Facts: Gutierrez Hermanos filed an action for recovery of a sum of money against Oria Hermanos & Co.
and herein plaintiff filed an action for recovery also for the same defendant. Before the institution of the
suits, members of the Company dissolved their relations and entered into a liquidation. Tomas Oria y
Balbas acting in behalf of his co-owners entered into a contract with the herein plaintiff for the purpose
of transferring and selling all the property which the Oria Hermanos & Co. owned and among the goods
stated on that instrument was the steamship Serpantes and which the subject of this litigation. When
the Trail Court resolved the action for recovery filed by Gutierrez Hermanos and jugdment was in his
favor, The sheriff demanded to Tomas Oria y Balbas to make payment but the latter said there were no
funds to pay the same. The sheriff then levied on the steamer, took possession of the same and
announced it for public auction.
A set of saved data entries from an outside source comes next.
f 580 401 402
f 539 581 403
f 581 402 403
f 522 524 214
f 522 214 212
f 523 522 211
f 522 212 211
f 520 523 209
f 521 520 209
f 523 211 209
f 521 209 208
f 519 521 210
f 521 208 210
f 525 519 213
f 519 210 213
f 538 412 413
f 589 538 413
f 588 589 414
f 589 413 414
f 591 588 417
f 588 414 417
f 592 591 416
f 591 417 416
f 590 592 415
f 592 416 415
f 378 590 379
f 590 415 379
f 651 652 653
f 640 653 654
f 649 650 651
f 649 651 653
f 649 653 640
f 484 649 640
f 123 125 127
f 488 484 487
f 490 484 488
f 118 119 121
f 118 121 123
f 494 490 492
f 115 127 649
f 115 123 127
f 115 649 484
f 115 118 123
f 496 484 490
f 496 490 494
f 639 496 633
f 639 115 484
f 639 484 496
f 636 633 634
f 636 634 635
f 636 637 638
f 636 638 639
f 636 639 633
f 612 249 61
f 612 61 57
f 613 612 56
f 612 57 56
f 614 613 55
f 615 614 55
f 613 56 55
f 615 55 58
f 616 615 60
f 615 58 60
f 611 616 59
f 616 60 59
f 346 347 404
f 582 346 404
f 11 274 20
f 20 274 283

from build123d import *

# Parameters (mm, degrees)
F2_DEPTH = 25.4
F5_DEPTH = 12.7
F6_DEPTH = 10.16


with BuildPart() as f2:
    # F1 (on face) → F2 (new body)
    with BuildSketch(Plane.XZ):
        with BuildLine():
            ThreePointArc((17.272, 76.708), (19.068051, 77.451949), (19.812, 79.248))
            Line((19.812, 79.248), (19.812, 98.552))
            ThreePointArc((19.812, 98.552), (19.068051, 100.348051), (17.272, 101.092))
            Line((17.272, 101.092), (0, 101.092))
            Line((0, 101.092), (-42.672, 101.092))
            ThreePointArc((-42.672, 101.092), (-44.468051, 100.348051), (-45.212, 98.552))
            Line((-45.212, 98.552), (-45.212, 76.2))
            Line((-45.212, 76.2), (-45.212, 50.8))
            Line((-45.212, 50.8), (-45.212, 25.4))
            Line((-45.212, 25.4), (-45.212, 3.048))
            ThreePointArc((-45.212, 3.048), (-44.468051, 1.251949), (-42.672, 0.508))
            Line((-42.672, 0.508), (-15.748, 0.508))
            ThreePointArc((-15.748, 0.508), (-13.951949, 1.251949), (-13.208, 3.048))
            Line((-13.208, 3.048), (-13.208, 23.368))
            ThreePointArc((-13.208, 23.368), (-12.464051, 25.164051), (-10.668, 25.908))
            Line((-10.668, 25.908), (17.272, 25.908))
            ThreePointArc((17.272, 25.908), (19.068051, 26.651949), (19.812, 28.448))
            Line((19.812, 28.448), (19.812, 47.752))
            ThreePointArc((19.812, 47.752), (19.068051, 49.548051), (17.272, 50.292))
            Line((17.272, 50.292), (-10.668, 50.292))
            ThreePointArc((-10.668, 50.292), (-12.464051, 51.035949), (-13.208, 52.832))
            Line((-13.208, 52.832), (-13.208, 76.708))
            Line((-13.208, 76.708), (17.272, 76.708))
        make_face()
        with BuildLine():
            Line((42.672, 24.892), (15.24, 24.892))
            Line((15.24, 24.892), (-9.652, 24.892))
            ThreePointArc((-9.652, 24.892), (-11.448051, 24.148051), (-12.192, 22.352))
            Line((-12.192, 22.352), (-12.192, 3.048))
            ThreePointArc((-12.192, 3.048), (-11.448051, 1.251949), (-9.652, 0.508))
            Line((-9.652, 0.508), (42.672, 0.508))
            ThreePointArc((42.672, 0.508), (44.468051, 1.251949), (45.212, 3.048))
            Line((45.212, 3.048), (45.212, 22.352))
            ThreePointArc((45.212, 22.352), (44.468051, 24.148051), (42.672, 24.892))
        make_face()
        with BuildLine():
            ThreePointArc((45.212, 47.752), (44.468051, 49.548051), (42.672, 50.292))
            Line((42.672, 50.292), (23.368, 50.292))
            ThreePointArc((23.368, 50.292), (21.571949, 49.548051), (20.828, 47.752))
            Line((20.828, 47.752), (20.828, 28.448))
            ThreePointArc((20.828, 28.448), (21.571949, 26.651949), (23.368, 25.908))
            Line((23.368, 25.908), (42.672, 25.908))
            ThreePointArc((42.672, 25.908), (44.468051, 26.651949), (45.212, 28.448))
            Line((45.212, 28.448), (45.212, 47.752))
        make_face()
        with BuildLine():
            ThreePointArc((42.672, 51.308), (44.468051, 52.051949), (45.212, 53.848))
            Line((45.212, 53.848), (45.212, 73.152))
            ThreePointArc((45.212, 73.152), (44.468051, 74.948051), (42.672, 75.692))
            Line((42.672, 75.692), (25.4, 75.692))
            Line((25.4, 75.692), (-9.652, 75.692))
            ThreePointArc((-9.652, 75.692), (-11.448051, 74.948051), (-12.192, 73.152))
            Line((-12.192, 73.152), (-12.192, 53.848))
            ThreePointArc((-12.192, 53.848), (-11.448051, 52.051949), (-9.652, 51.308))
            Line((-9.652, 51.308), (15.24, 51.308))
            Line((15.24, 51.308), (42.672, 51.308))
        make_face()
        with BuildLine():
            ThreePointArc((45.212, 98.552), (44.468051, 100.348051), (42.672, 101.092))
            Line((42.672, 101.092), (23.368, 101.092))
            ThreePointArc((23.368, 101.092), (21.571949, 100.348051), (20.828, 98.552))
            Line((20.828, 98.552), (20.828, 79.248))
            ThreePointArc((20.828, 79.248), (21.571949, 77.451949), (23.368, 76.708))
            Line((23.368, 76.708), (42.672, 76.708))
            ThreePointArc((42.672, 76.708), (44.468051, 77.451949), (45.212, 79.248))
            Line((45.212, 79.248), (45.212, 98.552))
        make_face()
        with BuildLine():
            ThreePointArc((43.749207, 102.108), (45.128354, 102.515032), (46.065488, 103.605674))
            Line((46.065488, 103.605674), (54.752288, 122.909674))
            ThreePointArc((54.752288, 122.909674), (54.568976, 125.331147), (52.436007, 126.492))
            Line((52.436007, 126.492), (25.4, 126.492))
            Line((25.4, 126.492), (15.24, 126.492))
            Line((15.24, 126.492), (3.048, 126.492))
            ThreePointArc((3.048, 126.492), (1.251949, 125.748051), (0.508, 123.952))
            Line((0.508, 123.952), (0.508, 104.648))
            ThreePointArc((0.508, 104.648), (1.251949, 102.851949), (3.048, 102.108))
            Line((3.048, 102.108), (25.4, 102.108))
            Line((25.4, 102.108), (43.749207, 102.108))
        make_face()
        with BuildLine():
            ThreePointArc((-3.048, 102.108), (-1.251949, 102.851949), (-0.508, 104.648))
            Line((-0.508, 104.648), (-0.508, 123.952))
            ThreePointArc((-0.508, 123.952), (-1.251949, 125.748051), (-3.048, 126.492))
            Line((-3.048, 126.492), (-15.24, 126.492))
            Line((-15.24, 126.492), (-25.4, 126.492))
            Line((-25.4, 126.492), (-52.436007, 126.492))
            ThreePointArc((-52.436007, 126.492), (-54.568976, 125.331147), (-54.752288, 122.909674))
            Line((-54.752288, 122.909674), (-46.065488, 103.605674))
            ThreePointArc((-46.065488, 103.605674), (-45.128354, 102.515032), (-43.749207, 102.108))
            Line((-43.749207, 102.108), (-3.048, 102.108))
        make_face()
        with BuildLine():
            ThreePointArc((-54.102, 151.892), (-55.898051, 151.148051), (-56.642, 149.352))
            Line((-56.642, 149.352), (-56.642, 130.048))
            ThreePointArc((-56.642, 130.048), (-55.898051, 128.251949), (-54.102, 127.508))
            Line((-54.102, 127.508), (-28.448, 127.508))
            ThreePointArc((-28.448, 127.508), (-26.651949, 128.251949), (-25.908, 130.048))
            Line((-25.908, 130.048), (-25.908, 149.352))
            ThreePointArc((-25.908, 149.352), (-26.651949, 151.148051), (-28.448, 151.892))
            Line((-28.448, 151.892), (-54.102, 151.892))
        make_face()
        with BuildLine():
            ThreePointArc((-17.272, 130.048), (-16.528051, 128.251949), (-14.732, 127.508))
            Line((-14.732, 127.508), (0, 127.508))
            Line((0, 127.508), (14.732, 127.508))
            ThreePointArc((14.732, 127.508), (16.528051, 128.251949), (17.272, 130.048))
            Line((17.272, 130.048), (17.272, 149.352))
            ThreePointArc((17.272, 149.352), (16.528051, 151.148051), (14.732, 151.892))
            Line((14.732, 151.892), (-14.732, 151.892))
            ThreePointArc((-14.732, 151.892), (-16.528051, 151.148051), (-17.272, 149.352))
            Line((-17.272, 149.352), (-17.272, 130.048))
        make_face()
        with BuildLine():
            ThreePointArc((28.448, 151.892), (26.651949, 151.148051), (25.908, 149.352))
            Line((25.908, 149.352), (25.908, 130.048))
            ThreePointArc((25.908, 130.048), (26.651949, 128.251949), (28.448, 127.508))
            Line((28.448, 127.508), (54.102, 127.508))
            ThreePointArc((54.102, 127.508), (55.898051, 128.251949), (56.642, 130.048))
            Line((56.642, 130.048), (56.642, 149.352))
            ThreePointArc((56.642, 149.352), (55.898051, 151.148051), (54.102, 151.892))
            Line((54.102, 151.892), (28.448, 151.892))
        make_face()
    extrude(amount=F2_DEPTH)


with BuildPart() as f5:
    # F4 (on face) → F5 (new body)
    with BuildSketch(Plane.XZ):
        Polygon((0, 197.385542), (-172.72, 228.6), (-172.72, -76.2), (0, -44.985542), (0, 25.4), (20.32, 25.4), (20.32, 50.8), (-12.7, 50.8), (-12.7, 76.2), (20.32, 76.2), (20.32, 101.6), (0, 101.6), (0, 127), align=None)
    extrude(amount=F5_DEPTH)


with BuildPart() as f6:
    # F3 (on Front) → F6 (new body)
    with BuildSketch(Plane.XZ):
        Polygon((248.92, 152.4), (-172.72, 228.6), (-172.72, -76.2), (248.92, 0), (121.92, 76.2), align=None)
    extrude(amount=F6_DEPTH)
Herein plaintiff claimed that he is the owner of the steamer by virtue of
the selling of all the properties of the said Company.

Issue(s): 1. Whether or not there was a valid sale between Oria Hermanos & Co. to Manuel Oria y
Gonzales as against the creditors of the company.
2. Whether or not the sale was fraudulent.

Held: At the time of said sale the value of the assets of Oria Hermanos & Co., as stated by the partners
themselves, was P274,000. The vendee of said sale was a son of Tomas Oria y Balbas and a nephew of
the other two persons heretofore mentioned which said three brothers together constituted all of the
members of said company.The plaintiff is a young man of 25 years old and has no property before the
said selling. The court had laid down the rules in determining whether a there has been fraud
prejudicing creditors: 1) consideration of conveyance is fictitious; 2) transfer was made while the suit
against him (Tomas Oria y Balbas) was pending; 3) sale by insolvent debtor; 4) evidence of insolvency; 5)
transfer of all properties; 6) the sale was made between father and son; 7) and the failure of the vendee
to take exclusive possession of the property. The case at bar shows every one of the badges of fraud.